Collected data:
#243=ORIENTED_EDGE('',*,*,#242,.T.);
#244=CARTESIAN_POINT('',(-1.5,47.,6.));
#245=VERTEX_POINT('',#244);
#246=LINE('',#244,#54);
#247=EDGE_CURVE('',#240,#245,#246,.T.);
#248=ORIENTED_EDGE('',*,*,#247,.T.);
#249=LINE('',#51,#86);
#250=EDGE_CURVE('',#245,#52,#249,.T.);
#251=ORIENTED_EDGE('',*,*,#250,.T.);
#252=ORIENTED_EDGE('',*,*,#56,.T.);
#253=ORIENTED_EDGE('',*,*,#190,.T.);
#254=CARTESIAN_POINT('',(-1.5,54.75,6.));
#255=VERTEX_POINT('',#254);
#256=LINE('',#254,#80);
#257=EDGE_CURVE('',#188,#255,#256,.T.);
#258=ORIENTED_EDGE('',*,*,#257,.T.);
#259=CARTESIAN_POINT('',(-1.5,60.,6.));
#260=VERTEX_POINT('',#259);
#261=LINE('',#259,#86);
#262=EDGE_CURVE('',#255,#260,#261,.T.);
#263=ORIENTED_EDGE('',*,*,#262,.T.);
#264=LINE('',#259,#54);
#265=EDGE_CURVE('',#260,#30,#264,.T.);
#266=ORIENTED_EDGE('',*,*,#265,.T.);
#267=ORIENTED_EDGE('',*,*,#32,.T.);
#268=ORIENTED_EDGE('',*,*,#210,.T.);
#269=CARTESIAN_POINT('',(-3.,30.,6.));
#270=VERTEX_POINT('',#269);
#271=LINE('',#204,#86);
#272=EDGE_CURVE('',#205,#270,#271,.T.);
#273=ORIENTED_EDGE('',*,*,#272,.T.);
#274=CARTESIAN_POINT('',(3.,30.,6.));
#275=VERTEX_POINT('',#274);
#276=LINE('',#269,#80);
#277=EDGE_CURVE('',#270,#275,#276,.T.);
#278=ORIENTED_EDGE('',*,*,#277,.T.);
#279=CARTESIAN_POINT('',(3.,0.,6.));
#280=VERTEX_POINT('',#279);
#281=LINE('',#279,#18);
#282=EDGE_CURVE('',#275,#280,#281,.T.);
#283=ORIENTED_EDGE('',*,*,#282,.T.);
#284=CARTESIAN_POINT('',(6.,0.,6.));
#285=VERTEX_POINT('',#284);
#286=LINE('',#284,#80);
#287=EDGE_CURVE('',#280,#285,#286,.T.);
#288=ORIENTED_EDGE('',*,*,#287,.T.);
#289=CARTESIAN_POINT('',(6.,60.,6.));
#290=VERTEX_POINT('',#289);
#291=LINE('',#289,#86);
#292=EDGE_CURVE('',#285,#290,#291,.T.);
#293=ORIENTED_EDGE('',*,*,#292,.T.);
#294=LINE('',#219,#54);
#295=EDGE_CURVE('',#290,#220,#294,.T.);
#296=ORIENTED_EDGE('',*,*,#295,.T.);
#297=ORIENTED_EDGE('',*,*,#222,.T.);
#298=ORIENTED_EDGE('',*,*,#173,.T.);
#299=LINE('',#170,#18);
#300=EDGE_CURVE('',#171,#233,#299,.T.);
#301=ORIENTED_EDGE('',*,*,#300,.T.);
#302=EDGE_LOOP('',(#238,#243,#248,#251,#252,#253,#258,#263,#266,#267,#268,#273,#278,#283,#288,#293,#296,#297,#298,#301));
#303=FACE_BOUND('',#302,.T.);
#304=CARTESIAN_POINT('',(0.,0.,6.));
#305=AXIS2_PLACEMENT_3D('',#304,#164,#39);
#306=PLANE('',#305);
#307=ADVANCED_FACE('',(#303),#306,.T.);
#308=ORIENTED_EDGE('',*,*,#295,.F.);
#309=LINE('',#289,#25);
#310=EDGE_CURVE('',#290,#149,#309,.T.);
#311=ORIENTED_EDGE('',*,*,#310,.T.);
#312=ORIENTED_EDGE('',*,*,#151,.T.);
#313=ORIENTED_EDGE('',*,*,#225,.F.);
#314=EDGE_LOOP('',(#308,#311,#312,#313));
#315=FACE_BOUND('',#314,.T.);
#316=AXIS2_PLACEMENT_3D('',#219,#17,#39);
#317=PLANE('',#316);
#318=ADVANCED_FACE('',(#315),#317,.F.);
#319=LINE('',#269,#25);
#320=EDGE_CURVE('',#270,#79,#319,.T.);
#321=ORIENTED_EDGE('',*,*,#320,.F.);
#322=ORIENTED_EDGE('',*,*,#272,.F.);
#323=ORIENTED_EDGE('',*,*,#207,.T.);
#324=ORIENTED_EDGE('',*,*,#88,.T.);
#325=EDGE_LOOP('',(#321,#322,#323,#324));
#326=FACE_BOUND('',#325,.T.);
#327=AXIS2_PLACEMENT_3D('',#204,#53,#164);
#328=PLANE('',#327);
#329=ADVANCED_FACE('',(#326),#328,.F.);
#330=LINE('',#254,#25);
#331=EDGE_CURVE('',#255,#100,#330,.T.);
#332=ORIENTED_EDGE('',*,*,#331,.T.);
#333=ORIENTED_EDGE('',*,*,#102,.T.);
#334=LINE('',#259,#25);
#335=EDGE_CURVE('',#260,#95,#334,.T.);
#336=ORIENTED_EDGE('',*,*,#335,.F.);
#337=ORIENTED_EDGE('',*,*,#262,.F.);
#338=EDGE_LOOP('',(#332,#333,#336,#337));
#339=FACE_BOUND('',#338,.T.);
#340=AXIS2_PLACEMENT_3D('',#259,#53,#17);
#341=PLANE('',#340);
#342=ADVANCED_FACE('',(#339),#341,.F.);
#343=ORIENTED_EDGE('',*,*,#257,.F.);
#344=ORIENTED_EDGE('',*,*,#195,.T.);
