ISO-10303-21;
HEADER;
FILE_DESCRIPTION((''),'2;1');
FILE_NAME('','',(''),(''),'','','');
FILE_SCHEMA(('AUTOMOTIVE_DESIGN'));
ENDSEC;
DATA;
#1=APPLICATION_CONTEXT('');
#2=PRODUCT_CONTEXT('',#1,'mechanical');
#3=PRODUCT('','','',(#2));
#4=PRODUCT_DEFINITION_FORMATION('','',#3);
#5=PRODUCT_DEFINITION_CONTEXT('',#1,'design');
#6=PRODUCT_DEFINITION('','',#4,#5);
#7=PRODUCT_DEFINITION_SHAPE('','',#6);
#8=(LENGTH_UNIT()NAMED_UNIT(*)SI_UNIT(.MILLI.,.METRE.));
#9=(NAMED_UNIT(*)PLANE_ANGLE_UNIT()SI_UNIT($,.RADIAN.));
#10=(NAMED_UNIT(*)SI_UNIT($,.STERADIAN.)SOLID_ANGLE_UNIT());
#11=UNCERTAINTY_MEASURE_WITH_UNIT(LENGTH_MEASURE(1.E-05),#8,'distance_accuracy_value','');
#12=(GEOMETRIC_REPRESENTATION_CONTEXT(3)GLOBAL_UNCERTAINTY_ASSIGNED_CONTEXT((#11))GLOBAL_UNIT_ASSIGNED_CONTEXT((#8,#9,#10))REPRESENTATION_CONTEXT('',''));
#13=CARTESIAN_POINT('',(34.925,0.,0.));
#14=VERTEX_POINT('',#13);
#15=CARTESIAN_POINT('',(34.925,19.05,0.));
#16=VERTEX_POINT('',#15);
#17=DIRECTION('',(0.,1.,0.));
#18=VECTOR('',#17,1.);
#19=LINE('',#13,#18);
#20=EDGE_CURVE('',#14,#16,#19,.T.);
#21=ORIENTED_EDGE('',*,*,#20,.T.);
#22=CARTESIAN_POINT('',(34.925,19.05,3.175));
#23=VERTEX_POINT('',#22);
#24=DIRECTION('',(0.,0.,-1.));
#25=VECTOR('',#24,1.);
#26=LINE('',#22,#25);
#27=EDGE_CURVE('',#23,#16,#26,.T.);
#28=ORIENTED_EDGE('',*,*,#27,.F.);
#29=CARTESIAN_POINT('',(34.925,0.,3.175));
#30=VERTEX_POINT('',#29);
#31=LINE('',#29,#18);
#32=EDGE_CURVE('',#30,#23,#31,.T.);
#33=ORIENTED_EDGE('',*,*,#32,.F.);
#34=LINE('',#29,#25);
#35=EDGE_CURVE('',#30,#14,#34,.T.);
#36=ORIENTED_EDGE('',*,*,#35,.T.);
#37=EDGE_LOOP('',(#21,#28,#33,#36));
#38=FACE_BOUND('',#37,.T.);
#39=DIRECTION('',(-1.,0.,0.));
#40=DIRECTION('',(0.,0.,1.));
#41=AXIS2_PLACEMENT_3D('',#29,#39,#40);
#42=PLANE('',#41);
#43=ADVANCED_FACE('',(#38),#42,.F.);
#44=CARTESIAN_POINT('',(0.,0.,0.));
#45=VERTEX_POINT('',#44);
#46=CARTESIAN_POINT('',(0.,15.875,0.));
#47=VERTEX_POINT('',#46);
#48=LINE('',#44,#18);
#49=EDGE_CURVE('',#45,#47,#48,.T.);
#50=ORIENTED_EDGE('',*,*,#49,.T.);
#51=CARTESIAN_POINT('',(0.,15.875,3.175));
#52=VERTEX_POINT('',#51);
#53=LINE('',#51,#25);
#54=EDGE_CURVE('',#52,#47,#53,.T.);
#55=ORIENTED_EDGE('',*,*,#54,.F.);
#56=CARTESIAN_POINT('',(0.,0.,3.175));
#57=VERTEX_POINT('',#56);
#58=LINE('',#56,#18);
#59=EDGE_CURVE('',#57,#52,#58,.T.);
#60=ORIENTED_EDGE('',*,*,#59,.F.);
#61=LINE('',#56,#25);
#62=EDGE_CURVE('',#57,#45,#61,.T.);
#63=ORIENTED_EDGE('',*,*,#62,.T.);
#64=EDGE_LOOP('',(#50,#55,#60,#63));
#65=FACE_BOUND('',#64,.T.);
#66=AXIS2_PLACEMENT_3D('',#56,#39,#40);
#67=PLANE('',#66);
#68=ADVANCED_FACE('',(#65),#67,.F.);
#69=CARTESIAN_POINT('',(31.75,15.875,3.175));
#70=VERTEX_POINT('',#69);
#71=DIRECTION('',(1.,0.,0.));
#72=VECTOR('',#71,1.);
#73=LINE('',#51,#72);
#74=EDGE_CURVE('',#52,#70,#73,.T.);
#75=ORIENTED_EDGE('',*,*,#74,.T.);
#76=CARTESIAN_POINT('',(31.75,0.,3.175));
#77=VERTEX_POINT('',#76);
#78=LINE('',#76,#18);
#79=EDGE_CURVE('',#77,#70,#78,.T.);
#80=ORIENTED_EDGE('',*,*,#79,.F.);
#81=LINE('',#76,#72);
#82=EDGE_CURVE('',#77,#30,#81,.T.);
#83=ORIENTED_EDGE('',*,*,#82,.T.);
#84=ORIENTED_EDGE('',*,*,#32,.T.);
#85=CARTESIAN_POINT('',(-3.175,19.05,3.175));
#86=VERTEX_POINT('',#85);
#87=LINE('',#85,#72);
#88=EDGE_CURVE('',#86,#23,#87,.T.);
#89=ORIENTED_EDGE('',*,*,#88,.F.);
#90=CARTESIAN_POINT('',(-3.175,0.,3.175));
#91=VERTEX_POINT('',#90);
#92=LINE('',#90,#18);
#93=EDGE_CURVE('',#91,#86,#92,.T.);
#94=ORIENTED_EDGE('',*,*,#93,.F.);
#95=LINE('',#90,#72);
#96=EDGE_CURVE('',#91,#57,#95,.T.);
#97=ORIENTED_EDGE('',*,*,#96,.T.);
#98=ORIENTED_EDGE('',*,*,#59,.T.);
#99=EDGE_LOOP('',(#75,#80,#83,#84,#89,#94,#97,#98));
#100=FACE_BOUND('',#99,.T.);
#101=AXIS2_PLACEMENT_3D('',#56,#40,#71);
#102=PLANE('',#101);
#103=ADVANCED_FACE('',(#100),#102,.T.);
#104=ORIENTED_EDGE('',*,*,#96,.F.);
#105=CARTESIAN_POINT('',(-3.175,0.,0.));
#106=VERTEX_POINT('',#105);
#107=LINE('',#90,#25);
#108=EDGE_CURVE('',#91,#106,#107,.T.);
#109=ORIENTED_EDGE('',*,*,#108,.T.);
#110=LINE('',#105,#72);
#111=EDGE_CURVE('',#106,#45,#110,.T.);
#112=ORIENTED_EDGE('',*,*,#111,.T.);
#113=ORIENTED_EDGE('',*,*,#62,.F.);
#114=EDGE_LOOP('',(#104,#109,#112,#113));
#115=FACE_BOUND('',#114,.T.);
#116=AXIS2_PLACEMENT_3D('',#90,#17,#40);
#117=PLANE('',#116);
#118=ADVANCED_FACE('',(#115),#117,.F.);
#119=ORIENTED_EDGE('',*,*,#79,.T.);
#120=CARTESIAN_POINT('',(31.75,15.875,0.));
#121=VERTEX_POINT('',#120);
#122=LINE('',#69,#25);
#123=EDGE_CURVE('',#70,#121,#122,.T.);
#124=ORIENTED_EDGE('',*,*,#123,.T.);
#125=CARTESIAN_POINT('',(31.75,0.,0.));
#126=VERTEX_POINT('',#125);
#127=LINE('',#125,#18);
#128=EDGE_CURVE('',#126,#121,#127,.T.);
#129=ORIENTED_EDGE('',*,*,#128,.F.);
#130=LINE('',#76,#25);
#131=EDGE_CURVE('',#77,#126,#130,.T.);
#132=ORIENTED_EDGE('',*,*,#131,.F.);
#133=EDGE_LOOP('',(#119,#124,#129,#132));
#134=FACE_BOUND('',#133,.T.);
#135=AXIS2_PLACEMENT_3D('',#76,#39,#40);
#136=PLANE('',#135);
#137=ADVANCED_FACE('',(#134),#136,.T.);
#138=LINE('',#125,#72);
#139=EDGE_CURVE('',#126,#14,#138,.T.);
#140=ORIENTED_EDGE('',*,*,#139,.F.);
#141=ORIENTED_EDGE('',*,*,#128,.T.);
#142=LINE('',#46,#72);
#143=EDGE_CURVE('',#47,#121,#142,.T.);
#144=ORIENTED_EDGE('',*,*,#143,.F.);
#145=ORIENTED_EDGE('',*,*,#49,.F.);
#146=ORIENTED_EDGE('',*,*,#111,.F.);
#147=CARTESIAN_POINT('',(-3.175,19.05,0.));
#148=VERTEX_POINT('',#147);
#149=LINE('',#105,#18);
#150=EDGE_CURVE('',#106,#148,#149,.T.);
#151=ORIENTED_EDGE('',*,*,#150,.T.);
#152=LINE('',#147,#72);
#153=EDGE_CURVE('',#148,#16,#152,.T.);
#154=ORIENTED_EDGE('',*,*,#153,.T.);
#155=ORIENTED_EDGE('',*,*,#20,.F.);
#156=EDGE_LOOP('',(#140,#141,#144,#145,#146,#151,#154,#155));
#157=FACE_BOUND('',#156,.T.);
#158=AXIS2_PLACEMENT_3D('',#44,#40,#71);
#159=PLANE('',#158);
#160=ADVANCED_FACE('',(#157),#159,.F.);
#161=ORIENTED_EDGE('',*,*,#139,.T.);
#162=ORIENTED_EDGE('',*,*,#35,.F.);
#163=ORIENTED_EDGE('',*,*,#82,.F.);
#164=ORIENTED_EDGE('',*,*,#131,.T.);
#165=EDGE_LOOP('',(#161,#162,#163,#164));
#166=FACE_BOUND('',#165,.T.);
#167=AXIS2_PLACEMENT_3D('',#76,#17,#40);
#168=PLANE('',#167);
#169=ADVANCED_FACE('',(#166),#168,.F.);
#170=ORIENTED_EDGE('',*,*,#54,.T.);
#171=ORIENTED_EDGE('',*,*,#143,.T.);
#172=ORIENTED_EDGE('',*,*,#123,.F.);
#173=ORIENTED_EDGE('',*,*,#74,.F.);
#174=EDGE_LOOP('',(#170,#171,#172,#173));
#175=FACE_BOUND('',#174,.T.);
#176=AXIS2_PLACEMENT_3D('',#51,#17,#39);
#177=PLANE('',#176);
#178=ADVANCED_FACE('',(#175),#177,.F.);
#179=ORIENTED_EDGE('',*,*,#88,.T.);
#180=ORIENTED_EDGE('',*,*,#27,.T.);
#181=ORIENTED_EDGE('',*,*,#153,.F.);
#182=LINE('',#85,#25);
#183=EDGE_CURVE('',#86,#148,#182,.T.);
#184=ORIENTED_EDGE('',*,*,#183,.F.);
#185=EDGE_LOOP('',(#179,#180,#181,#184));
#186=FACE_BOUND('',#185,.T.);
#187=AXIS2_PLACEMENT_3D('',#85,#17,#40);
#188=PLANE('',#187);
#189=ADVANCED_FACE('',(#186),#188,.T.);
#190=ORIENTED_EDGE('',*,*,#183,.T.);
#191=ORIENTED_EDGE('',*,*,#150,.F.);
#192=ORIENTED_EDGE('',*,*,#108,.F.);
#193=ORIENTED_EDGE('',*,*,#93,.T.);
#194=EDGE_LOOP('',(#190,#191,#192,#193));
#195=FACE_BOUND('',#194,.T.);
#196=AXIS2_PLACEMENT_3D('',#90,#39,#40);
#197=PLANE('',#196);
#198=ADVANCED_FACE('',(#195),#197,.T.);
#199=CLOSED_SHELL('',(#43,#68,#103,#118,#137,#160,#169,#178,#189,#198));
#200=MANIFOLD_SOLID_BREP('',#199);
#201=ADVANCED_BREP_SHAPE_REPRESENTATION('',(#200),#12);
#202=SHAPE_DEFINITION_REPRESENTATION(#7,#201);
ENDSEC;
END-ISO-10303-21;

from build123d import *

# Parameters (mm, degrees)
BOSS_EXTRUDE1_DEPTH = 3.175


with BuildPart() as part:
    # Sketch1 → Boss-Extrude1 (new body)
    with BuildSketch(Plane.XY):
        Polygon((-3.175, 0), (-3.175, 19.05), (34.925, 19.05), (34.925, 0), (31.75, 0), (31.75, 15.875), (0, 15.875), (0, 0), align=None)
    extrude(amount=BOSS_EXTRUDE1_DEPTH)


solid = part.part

Task statement: The required answer is the exact run of lines above starting at the line with "#139=EDGE_CURVE('',#126,#14,#138,.T.);" and ending at the line with "#149=LINE('',#105,#18);", with both ends present.

Expected answer:
#139=EDGE_CURVE('',#126,#14,#138,.T.);
#140=ORIENTED_EDGE('',*,*,#139,.F.);
#141=ORIENTED_EDGE('',*,*,#128,.T.);
#142=LINE('',#46,#72);
#143=EDGE_CURVE('',#47,#121,#142,.T.);
#144=ORIENTED_EDGE('',*,*,#143,.F.);
#145=ORIENTED_EDGE('',*,*,#49,.F.);
#146=ORIENTED_EDGE('',*,*,#111,.F.);
#147=CARTESIAN_POINT('',(-3.175,19.05,0.));
#148=VERTEX_POINT('',#147);
#149=LINE('',#105,#18);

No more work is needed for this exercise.